◆ **Brief**
Exactly as they appear below, repeat the lines from the one with "#27=AXIS2_PLACEMENT_3D('',#26,#16,#17);" through the one with "#51=CARTESIAN_POINT('',(-65.,5.,-10.));", and no others.

◆ **Data to use**
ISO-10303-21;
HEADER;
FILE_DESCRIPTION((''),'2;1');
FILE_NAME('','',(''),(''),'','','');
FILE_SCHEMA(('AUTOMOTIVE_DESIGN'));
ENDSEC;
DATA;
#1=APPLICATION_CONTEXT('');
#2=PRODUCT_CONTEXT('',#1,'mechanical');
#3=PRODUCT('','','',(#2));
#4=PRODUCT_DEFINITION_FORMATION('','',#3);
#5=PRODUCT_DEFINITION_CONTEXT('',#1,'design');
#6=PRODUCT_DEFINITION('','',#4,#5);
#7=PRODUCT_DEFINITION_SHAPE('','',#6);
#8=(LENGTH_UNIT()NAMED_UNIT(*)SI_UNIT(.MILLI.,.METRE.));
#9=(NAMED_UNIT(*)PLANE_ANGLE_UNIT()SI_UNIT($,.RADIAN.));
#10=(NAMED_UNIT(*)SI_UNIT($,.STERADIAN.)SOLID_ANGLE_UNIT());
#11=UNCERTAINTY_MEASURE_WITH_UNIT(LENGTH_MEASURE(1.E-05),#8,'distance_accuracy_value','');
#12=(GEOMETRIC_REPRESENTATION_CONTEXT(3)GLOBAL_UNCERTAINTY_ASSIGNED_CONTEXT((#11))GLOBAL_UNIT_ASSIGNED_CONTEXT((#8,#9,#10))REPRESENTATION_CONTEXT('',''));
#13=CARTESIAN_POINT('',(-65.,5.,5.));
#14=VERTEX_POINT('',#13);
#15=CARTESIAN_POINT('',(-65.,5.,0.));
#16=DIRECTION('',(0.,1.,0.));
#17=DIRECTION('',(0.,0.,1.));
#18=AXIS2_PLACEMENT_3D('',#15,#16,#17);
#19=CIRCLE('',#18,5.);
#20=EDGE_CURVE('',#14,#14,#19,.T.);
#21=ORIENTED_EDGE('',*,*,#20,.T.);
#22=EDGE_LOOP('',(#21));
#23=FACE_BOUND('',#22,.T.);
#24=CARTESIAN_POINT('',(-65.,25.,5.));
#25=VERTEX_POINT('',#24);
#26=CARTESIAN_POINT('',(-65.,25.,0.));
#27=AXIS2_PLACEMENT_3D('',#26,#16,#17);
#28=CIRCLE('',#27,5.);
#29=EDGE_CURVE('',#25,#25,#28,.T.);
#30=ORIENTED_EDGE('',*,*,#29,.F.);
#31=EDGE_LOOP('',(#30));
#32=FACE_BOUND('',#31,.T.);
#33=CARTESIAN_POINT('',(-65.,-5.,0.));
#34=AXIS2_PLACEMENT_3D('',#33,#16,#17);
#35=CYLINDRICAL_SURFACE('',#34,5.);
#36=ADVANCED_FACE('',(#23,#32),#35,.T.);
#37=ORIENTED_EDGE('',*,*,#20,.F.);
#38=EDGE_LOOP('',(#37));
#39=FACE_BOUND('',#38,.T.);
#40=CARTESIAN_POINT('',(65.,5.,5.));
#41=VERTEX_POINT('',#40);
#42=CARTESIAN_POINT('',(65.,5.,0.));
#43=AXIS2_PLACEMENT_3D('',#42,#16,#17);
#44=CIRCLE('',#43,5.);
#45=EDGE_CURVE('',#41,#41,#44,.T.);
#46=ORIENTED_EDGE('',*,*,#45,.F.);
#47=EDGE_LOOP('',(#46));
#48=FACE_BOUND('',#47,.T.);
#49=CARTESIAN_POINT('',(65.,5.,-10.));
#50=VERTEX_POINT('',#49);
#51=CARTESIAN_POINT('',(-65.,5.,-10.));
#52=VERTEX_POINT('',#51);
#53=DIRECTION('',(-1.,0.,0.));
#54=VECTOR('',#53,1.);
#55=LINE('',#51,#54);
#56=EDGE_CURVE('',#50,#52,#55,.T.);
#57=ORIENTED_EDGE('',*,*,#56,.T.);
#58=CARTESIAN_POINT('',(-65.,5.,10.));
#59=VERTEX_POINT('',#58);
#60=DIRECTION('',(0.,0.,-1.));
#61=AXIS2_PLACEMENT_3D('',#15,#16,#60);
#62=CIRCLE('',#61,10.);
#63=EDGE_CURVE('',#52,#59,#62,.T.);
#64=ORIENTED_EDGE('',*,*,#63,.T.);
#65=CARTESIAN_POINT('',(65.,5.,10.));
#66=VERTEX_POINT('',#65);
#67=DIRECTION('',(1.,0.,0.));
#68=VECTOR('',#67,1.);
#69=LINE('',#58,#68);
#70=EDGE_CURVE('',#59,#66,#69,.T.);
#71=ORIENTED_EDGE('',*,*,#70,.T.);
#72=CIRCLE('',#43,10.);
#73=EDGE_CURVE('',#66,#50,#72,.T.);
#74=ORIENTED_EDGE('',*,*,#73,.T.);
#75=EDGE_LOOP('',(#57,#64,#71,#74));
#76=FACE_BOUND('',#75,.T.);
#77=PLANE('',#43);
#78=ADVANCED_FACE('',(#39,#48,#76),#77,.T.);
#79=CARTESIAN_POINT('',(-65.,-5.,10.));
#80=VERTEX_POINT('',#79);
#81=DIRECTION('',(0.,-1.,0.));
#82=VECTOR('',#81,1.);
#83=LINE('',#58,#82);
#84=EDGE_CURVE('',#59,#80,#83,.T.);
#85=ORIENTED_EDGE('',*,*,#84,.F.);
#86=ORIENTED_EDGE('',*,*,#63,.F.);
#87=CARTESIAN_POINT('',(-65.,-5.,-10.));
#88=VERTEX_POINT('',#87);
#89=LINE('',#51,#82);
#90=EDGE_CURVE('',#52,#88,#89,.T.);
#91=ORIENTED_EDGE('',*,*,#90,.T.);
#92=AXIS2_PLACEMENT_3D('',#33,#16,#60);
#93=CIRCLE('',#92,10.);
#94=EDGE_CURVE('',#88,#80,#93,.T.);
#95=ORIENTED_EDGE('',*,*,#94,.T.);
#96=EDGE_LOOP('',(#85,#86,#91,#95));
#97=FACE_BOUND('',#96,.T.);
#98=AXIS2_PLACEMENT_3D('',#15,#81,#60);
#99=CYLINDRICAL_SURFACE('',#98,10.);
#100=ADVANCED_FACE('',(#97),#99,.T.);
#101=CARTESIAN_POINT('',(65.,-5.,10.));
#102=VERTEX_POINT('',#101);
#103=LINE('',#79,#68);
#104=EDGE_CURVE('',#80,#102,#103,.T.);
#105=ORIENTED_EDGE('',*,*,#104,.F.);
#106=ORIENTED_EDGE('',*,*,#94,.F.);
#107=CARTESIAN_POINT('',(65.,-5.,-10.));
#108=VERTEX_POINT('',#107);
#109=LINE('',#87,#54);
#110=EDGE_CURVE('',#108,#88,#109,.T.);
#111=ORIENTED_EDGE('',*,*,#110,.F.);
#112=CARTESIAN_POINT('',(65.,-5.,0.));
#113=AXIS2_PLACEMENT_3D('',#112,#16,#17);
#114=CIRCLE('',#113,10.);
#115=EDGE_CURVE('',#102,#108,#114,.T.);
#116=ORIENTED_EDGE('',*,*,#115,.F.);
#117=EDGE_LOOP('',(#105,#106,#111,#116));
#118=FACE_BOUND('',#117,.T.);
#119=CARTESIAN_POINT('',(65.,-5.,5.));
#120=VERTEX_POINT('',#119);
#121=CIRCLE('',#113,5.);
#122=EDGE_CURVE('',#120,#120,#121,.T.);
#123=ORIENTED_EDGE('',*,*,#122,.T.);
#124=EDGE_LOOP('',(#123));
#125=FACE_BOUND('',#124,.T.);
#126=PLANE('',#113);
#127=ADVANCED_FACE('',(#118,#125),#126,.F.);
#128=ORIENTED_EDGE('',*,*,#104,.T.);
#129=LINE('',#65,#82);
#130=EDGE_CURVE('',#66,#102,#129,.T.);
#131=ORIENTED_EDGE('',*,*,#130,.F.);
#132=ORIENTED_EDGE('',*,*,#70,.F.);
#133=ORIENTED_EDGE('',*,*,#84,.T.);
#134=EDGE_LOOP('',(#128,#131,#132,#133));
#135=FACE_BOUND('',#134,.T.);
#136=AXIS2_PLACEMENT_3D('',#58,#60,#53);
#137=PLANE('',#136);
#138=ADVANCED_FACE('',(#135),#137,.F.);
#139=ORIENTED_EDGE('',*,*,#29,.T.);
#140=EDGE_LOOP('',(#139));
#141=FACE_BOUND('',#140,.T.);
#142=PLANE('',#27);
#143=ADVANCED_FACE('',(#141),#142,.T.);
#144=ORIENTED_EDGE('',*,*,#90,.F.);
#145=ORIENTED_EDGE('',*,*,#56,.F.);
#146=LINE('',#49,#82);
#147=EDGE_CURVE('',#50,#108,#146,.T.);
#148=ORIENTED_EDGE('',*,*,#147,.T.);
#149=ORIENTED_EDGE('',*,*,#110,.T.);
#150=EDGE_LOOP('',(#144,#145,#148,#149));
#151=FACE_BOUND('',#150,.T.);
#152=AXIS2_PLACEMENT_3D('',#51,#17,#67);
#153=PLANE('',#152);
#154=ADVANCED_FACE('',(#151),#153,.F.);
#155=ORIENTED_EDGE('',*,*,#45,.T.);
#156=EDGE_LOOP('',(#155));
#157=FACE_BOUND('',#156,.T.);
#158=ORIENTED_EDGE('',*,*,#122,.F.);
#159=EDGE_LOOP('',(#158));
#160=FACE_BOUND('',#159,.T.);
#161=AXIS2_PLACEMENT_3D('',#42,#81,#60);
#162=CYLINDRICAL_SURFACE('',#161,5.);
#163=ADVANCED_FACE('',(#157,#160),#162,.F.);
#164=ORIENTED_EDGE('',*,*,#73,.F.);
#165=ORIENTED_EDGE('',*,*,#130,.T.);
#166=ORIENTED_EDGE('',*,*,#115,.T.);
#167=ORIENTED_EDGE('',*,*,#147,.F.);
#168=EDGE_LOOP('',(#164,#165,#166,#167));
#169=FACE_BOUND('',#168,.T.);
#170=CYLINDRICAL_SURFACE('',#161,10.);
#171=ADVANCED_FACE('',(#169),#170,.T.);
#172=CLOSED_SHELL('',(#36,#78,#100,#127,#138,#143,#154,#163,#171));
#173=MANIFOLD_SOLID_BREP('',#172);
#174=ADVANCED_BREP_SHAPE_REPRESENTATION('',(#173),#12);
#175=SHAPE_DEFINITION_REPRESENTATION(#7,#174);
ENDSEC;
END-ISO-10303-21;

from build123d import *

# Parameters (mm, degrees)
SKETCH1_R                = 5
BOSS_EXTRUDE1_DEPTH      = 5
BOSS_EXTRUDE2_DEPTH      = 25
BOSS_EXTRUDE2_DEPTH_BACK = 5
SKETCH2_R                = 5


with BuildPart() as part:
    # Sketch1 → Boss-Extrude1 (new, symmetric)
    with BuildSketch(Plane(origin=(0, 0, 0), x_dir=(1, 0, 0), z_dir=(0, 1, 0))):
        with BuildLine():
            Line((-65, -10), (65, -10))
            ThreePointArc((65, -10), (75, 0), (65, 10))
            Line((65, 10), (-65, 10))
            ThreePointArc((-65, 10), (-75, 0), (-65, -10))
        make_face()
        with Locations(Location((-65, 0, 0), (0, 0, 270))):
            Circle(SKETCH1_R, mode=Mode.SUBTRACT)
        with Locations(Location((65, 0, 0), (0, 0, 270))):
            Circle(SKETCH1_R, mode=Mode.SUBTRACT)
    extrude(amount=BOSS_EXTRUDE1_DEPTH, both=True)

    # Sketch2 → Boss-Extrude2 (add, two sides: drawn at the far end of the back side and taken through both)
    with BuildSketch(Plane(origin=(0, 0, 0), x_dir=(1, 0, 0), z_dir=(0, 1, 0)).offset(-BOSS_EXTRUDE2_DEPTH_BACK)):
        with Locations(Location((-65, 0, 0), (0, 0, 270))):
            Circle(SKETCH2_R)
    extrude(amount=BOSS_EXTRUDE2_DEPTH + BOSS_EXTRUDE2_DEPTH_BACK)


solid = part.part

◆ **Your response**
#27=AXIS2_PLACEMENT_3D('',#26,#16,#17);
#28=CIRCLE('',#27,5.);
#29=EDGE_CURVE('',#25,#25,#28,.T.);
#30=ORIENTED_EDGE('',*,*,#29,.F.);
#31=EDGE_LOOP('',(#30));
#32=FACE_BOUND('',#31,.T.);
#33=CARTESIAN_POINT('',(-65.,-5.,0.));
#34=AXIS2_PLACEMENT_3D('',#33,#16,#17);
#35=CYLINDRICAL_SURFACE('',#34,5.);
#36=ADVANCED_FACE('',(#23,#32),#35,.T.);
#37=ORIENTED_EDGE('',*,*,#20,.F.);
#38=EDGE_LOOP('',(#37));
#39=FACE_BOUND('',#38,.T.);
#40=CARTESIAN_POINT('',(65.,5.,5.));
#41=VERTEX_POINT('',#40);
#42=CARTESIAN_POINT('',(65.,5.,0.));
#43=AXIS2_PLACEMENT_3D('',#42,#16,#17);
#44=CIRCLE('',#43,5.);
#45=EDGE_CURVE('',#41,#41,#44,.T.);
#46=ORIENTED_EDGE('',*,*,#45,.F.);
#47=EDGE_LOOP('',(#46));
#48=FACE_BOUND('',#47,.T.);
#49=CARTESIAN_POINT('',(65.,5.,-10.));
#50=VERTEX_POINT('',#49);
#51=CARTESIAN_POINT('',(-65.,5.,-10.));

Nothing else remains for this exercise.